[DATA RECORDS — start]

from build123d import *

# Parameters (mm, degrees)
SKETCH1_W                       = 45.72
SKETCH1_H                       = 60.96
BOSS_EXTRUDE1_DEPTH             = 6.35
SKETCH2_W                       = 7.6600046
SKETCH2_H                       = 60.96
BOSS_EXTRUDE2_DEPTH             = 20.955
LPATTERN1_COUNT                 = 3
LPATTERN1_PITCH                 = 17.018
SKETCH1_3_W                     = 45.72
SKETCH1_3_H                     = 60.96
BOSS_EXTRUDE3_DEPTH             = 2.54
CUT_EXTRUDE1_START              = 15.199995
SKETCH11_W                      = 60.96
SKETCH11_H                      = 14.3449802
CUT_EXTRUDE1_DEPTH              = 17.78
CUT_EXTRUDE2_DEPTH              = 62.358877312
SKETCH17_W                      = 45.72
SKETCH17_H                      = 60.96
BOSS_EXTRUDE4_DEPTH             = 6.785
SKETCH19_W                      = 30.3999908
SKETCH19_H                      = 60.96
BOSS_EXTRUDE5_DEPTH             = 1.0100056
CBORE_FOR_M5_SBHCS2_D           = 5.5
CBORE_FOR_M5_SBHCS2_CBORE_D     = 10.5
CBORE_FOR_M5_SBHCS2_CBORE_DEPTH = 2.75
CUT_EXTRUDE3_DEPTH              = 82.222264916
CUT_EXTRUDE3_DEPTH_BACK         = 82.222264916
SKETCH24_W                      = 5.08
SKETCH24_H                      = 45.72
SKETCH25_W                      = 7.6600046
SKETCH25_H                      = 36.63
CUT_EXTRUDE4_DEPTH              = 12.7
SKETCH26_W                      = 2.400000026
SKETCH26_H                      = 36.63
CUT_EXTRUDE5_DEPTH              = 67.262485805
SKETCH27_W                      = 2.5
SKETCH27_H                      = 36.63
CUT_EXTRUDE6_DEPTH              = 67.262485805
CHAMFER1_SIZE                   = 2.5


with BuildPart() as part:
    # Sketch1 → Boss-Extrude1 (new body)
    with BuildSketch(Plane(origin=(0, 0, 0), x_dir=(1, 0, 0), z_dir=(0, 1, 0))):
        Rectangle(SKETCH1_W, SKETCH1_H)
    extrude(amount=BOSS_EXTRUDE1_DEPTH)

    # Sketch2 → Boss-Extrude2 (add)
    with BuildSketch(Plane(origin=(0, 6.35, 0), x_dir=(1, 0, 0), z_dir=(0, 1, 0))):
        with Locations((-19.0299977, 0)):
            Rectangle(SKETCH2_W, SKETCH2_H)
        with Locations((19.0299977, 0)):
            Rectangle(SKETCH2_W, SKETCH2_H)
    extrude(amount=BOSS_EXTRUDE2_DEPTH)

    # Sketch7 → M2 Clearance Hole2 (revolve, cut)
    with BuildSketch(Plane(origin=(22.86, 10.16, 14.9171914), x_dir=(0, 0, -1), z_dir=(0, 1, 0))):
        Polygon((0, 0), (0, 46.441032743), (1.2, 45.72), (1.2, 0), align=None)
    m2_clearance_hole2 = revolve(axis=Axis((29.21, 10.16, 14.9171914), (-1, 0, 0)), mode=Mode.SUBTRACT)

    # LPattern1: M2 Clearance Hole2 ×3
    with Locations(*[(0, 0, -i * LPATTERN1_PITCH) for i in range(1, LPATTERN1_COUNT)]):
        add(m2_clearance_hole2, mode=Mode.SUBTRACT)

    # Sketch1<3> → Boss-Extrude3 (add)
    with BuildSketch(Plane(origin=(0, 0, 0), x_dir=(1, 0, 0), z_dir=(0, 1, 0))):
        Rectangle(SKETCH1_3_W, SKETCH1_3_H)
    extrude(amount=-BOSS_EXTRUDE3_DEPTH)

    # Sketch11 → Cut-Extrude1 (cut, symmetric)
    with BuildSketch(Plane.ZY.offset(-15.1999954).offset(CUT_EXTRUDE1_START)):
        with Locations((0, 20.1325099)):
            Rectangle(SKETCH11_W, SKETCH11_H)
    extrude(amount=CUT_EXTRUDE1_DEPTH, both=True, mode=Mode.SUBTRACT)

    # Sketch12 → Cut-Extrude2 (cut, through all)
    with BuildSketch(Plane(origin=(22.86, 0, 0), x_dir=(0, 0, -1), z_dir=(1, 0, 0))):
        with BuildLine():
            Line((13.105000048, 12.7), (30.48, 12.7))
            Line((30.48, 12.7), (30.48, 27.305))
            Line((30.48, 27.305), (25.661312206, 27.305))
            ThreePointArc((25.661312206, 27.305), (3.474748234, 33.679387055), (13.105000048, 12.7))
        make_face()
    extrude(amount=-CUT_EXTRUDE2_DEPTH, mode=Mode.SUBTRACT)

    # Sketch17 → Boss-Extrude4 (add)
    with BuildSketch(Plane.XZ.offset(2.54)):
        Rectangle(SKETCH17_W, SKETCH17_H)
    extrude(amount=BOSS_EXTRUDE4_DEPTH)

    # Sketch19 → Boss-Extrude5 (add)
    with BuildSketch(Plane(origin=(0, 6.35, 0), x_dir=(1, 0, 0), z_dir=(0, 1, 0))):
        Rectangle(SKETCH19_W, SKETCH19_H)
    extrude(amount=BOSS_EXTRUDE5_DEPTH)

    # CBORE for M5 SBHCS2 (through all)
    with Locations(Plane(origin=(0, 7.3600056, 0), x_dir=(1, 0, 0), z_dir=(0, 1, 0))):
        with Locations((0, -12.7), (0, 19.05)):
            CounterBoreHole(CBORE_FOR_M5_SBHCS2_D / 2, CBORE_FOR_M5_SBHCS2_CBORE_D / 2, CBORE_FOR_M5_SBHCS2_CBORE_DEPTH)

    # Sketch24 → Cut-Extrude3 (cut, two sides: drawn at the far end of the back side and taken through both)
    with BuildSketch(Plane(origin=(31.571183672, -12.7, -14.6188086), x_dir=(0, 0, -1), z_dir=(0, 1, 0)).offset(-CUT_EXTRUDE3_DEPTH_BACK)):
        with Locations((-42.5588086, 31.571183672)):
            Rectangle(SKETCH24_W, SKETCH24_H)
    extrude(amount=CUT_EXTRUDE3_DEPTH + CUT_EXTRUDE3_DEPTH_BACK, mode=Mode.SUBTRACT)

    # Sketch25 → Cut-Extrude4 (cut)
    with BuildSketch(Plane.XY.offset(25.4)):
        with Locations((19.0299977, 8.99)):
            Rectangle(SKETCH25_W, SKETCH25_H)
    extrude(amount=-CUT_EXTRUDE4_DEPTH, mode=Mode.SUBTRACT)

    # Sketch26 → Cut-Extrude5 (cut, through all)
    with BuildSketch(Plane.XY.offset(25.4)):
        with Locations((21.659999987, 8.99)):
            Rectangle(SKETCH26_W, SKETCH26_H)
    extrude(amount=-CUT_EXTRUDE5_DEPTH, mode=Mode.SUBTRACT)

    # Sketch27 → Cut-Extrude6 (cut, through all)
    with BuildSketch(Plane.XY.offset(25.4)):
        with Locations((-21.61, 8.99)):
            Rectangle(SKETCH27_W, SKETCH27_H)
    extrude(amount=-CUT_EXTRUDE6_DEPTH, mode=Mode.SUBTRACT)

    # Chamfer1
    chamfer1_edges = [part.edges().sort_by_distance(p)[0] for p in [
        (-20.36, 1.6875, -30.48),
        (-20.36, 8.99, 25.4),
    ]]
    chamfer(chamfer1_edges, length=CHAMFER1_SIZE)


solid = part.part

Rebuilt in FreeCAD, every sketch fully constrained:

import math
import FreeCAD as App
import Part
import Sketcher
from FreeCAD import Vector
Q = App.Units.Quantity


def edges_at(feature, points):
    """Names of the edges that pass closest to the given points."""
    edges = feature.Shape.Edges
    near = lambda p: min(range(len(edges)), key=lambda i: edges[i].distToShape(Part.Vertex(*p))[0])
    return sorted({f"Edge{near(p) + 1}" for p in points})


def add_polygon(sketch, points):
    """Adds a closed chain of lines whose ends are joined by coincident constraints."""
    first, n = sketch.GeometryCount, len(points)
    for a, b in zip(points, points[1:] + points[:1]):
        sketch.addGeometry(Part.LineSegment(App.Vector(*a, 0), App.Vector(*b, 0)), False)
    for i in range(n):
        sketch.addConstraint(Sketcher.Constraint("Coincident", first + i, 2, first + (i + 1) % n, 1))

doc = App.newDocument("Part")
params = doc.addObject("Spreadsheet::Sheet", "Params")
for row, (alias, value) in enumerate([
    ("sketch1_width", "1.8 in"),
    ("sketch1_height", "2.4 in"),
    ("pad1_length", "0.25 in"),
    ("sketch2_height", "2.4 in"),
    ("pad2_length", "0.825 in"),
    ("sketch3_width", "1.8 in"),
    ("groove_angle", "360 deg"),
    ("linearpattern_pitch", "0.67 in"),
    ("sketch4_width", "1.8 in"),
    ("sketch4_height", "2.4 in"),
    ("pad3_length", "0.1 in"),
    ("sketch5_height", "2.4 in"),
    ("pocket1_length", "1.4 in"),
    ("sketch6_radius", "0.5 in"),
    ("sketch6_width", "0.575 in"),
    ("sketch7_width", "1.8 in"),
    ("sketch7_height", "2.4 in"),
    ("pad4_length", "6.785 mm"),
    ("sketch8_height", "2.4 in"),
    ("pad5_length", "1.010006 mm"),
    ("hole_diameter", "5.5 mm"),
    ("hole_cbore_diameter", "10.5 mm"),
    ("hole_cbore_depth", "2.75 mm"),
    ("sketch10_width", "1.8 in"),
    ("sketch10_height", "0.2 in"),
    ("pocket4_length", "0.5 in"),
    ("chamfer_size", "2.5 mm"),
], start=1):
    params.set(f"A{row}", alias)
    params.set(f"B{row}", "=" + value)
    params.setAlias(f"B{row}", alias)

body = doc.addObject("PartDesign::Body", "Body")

[DATA RECORDS — finish]
[DATA RECORDS — start]

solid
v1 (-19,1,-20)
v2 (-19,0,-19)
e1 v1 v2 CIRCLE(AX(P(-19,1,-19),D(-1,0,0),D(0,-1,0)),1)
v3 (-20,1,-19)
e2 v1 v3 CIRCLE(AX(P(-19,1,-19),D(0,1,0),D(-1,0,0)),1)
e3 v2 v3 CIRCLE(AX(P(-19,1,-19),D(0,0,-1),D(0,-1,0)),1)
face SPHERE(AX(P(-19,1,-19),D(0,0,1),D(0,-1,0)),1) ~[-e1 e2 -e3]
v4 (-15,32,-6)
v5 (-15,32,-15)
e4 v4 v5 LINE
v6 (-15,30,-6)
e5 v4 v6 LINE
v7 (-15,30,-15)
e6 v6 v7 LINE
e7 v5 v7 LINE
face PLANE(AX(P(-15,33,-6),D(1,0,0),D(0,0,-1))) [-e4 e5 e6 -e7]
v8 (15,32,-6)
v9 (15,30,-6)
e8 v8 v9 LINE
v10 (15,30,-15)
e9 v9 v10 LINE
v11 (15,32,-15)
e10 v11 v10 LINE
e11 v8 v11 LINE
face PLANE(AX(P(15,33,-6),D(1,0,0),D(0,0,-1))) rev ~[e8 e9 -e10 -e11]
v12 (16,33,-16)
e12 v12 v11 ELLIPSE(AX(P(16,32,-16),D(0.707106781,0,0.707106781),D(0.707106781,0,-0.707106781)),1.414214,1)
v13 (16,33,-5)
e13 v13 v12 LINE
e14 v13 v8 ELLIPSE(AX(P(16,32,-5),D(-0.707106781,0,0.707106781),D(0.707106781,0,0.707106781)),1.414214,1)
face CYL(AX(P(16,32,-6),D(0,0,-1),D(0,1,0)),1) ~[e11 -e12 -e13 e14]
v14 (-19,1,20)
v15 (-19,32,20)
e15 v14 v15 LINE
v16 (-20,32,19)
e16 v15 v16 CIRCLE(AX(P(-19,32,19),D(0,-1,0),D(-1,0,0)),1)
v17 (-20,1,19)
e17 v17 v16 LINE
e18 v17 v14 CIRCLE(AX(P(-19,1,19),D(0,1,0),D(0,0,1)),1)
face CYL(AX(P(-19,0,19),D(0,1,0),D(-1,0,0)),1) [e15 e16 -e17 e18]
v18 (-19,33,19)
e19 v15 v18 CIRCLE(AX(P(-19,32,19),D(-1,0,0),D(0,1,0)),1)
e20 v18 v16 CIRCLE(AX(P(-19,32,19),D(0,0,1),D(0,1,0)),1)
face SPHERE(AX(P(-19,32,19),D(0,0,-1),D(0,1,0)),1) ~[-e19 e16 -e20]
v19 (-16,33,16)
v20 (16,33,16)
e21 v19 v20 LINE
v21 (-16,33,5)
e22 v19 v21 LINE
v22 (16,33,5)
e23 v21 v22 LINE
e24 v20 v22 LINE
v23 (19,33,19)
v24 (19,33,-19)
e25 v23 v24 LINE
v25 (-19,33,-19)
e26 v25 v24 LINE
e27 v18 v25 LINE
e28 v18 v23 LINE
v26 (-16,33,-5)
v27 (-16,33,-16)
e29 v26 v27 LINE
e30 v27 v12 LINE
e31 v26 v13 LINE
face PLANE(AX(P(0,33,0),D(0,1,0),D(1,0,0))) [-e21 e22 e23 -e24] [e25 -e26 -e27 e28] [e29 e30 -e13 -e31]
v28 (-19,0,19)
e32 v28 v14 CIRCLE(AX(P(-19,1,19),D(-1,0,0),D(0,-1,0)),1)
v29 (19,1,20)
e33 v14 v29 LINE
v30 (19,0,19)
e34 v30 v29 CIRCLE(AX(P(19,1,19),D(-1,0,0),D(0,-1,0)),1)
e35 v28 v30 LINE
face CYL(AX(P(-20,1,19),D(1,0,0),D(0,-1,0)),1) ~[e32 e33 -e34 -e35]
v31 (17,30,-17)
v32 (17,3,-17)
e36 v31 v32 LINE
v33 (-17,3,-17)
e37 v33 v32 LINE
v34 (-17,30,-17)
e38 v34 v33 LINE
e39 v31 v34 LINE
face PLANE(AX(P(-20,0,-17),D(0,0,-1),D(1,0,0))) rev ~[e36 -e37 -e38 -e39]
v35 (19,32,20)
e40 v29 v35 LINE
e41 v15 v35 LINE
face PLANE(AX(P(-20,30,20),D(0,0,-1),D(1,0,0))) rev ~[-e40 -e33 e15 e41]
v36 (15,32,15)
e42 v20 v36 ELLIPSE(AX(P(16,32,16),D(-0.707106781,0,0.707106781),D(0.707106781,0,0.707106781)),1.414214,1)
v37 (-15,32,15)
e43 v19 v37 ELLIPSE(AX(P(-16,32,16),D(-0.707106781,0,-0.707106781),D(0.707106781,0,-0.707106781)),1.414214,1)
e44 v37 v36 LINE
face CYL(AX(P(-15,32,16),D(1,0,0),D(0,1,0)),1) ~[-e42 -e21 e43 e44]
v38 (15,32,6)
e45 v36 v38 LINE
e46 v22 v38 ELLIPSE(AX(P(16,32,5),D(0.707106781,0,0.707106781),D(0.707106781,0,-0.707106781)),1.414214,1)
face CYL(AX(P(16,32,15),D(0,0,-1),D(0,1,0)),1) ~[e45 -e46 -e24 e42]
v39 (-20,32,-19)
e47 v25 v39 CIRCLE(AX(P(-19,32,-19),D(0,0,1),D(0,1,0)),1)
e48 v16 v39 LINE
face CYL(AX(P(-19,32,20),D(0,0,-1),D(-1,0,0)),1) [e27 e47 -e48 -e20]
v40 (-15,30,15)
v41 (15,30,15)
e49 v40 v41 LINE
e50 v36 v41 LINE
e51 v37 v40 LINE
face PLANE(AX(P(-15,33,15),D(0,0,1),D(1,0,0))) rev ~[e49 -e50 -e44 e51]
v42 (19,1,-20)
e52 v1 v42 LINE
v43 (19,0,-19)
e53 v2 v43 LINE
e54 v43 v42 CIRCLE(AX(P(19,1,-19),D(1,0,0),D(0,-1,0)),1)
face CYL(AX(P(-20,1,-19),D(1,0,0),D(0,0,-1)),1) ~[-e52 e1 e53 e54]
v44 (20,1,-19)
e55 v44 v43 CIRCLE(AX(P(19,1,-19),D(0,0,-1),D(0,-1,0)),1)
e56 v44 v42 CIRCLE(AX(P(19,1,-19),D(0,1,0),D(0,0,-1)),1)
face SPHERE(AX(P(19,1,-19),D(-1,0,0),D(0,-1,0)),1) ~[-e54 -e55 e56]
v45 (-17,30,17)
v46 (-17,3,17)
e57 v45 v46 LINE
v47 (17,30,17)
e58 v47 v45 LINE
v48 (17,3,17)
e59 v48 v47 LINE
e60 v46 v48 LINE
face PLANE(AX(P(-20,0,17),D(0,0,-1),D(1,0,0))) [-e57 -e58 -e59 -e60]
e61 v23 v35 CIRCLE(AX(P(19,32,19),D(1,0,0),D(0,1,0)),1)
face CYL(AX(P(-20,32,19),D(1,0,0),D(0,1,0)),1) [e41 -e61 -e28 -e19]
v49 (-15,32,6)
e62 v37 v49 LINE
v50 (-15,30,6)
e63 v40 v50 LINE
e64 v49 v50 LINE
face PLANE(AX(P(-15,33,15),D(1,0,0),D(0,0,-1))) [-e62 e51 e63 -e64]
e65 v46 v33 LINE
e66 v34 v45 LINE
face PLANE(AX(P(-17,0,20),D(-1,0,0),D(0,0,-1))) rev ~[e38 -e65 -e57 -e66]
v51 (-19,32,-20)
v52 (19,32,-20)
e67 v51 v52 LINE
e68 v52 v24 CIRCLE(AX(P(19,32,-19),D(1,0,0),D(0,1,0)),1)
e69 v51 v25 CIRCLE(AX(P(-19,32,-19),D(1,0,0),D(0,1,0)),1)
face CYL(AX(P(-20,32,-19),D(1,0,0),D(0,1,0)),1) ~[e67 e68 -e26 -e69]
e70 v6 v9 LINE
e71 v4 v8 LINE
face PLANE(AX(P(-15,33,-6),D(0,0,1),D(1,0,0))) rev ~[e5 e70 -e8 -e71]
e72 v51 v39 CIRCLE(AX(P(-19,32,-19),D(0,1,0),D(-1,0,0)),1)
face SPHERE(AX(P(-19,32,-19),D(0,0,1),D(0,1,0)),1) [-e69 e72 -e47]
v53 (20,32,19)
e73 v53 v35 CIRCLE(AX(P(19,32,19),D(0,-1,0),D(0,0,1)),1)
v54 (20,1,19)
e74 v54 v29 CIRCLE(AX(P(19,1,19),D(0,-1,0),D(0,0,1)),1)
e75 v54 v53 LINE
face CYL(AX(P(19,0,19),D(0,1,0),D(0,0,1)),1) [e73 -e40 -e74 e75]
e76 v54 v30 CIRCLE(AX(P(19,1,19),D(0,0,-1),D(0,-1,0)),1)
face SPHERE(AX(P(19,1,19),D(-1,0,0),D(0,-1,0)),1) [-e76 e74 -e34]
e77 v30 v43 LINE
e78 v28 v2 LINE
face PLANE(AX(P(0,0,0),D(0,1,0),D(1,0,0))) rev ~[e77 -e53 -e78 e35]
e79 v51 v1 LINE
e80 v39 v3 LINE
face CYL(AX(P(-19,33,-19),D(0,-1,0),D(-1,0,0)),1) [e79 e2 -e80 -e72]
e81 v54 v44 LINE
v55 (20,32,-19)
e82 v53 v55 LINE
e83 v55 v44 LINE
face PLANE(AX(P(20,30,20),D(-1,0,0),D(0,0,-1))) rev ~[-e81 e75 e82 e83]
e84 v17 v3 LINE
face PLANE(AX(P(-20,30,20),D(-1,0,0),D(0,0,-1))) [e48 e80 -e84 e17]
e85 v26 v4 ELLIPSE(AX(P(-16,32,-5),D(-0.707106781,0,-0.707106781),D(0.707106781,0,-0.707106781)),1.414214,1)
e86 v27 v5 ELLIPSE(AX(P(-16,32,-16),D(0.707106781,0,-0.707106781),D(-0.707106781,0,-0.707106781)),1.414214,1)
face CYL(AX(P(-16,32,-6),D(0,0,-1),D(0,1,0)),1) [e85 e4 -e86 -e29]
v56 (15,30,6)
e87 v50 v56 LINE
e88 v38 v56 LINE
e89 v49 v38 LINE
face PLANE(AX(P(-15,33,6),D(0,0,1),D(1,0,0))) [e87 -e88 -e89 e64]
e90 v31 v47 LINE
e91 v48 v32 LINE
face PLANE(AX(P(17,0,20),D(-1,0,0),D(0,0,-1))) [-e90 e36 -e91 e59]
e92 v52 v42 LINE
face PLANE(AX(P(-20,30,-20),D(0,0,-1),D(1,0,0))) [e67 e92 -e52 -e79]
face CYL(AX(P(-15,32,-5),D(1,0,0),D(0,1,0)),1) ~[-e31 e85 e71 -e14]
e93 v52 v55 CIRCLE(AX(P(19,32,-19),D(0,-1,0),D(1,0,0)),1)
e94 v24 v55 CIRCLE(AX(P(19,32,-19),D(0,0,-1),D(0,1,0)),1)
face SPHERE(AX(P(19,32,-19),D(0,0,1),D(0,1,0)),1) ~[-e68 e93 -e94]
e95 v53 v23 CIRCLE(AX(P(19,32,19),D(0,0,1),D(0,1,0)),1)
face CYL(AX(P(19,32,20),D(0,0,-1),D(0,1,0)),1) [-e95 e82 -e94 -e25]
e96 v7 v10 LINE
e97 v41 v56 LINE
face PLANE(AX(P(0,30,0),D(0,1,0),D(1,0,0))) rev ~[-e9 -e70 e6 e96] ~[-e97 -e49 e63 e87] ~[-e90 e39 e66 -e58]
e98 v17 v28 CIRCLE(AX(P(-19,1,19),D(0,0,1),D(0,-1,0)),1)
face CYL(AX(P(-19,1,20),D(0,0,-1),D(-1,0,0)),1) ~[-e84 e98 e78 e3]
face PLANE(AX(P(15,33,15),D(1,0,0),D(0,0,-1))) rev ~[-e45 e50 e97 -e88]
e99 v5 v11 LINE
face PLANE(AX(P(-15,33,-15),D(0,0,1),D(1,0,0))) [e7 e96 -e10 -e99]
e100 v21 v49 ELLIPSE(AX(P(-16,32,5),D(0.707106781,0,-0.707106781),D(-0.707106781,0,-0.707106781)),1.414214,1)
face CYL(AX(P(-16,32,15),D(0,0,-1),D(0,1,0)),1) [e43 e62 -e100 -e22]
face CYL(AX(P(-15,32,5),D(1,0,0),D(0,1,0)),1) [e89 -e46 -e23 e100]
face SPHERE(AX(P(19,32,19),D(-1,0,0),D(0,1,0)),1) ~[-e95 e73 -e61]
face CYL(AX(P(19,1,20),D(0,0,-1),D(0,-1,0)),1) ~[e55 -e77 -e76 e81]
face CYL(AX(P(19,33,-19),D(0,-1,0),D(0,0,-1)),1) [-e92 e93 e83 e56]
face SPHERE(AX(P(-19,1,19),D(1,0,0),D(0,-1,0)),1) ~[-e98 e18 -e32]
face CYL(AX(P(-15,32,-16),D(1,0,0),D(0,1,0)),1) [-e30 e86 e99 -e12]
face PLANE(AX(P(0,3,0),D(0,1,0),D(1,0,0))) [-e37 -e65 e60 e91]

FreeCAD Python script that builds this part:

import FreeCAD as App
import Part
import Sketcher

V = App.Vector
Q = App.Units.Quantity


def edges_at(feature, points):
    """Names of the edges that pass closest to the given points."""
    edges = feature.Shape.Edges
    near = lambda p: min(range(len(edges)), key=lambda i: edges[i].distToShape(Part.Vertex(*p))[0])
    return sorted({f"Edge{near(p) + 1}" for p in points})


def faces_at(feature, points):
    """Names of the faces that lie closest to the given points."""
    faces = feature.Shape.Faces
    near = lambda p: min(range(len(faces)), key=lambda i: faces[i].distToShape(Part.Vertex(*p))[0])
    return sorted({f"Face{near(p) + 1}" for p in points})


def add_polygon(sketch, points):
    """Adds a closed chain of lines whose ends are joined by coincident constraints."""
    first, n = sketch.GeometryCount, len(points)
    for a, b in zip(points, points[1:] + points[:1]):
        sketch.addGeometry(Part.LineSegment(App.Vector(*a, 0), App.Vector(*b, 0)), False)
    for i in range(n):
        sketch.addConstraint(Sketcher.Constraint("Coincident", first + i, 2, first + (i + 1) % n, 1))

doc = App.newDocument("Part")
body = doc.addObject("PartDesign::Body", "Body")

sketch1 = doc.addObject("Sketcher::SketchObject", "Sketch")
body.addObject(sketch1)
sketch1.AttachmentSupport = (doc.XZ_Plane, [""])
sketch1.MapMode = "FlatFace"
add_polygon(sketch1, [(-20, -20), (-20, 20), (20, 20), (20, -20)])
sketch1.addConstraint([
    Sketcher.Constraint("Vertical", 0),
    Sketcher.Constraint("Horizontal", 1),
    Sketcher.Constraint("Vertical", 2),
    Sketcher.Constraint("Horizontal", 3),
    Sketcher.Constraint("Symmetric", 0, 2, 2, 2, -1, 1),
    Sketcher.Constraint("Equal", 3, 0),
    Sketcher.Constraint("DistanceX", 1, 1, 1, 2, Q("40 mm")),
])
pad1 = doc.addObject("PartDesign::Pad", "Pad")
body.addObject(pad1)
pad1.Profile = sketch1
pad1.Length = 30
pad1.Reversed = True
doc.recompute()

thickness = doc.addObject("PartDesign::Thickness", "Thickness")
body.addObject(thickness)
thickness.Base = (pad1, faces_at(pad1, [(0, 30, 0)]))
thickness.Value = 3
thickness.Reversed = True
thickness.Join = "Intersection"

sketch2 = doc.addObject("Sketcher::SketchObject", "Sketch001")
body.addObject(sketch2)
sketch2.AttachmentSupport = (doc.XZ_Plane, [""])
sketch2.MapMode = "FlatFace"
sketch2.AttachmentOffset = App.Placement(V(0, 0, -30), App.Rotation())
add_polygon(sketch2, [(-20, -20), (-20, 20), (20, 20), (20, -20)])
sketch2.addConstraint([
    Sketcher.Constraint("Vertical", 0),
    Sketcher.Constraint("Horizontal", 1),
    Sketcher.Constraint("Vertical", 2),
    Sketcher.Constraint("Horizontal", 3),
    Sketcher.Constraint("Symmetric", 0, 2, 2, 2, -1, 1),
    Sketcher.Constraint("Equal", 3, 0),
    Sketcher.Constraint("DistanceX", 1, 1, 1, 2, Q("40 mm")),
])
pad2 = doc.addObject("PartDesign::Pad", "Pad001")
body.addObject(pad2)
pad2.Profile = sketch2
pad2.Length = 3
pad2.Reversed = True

[DATA RECORDS — finish]

Reprint exactly the lines above that start at the one with "from build123d import *" and end at the one with "extrude(amount=BOSS_EXTRUDE1_DEPTH)", keeping both and adding none.

from build123d import *

# Parameters (mm, degrees)
SKETCH1_W                       = 45.72
SKETCH1_H                       = 60.96
BOSS_EXTRUDE1_DEPTH             = 6.35
SKETCH2_W                       = 7.6600046
SKETCH2_H                       = 60.96
BOSS_EXTRUDE2_DEPTH             = 20.955
LPATTERN1_COUNT                 = 3
LPATTERN1_PITCH                 = 17.018
SKETCH1_3_W                     = 45.72
SKETCH1_3_H                     = 60.96
BOSS_EXTRUDE3_DEPTH             = 2.54
CUT_EXTRUDE1_START              = 15.199995
SKETCH11_W                      = 60.96
SKETCH11_H                      = 14.3449802
CUT_EXTRUDE1_DEPTH              = 17.78
CUT_EXTRUDE2_DEPTH              = 62.358877312
SKETCH17_W                      = 45.72
SKETCH17_H                      = 60.96
BOSS_EXTRUDE4_DEPTH             = 6.785
SKETCH19_W                      = 30.3999908
SKETCH19_H                      = 60.96
BOSS_EXTRUDE5_DEPTH             = 1.0100056
CBORE_FOR_M5_SBHCS2_D           = 5.5
CBORE_FOR_M5_SBHCS2_CBORE_D     = 10.5
CBORE_FOR_M5_SBHCS2_CBORE_DEPTH = 2.75
CUT_EXTRUDE3_DEPTH              = 82.222264916
CUT_EXTRUDE3_DEPTH_BACK         = 82.222264916
SKETCH24_W                      = 5.08
SKETCH24_H                      = 45.72
SKETCH25_W                      = 7.6600046
SKETCH25_H                      = 36.63
CUT_EXTRUDE4_DEPTH              = 12.7
SKETCH26_W                      = 2.400000026
SKETCH26_H                      = 36.63
CUT_EXTRUDE5_DEPTH              = 67.262485805
SKETCH27_W                      = 2.5
SKETCH27_H                      = 36.63
CUT_EXTRUDE6_DEPTH              = 67.262485805
CHAMFER1_SIZE                   = 2.5


with BuildPart() as part:
    # Sketch1 → Boss-Extrude1 (new body)
    with BuildSketch(Plane(origin=(0, 0, 0), x_dir=(1, 0, 0), z_dir=(0, 1, 0))):
        Rectangle(SKETCH1_W, SKETCH1_H)
    extrude(amount=BOSS_EXTRUDE1_DEPTH)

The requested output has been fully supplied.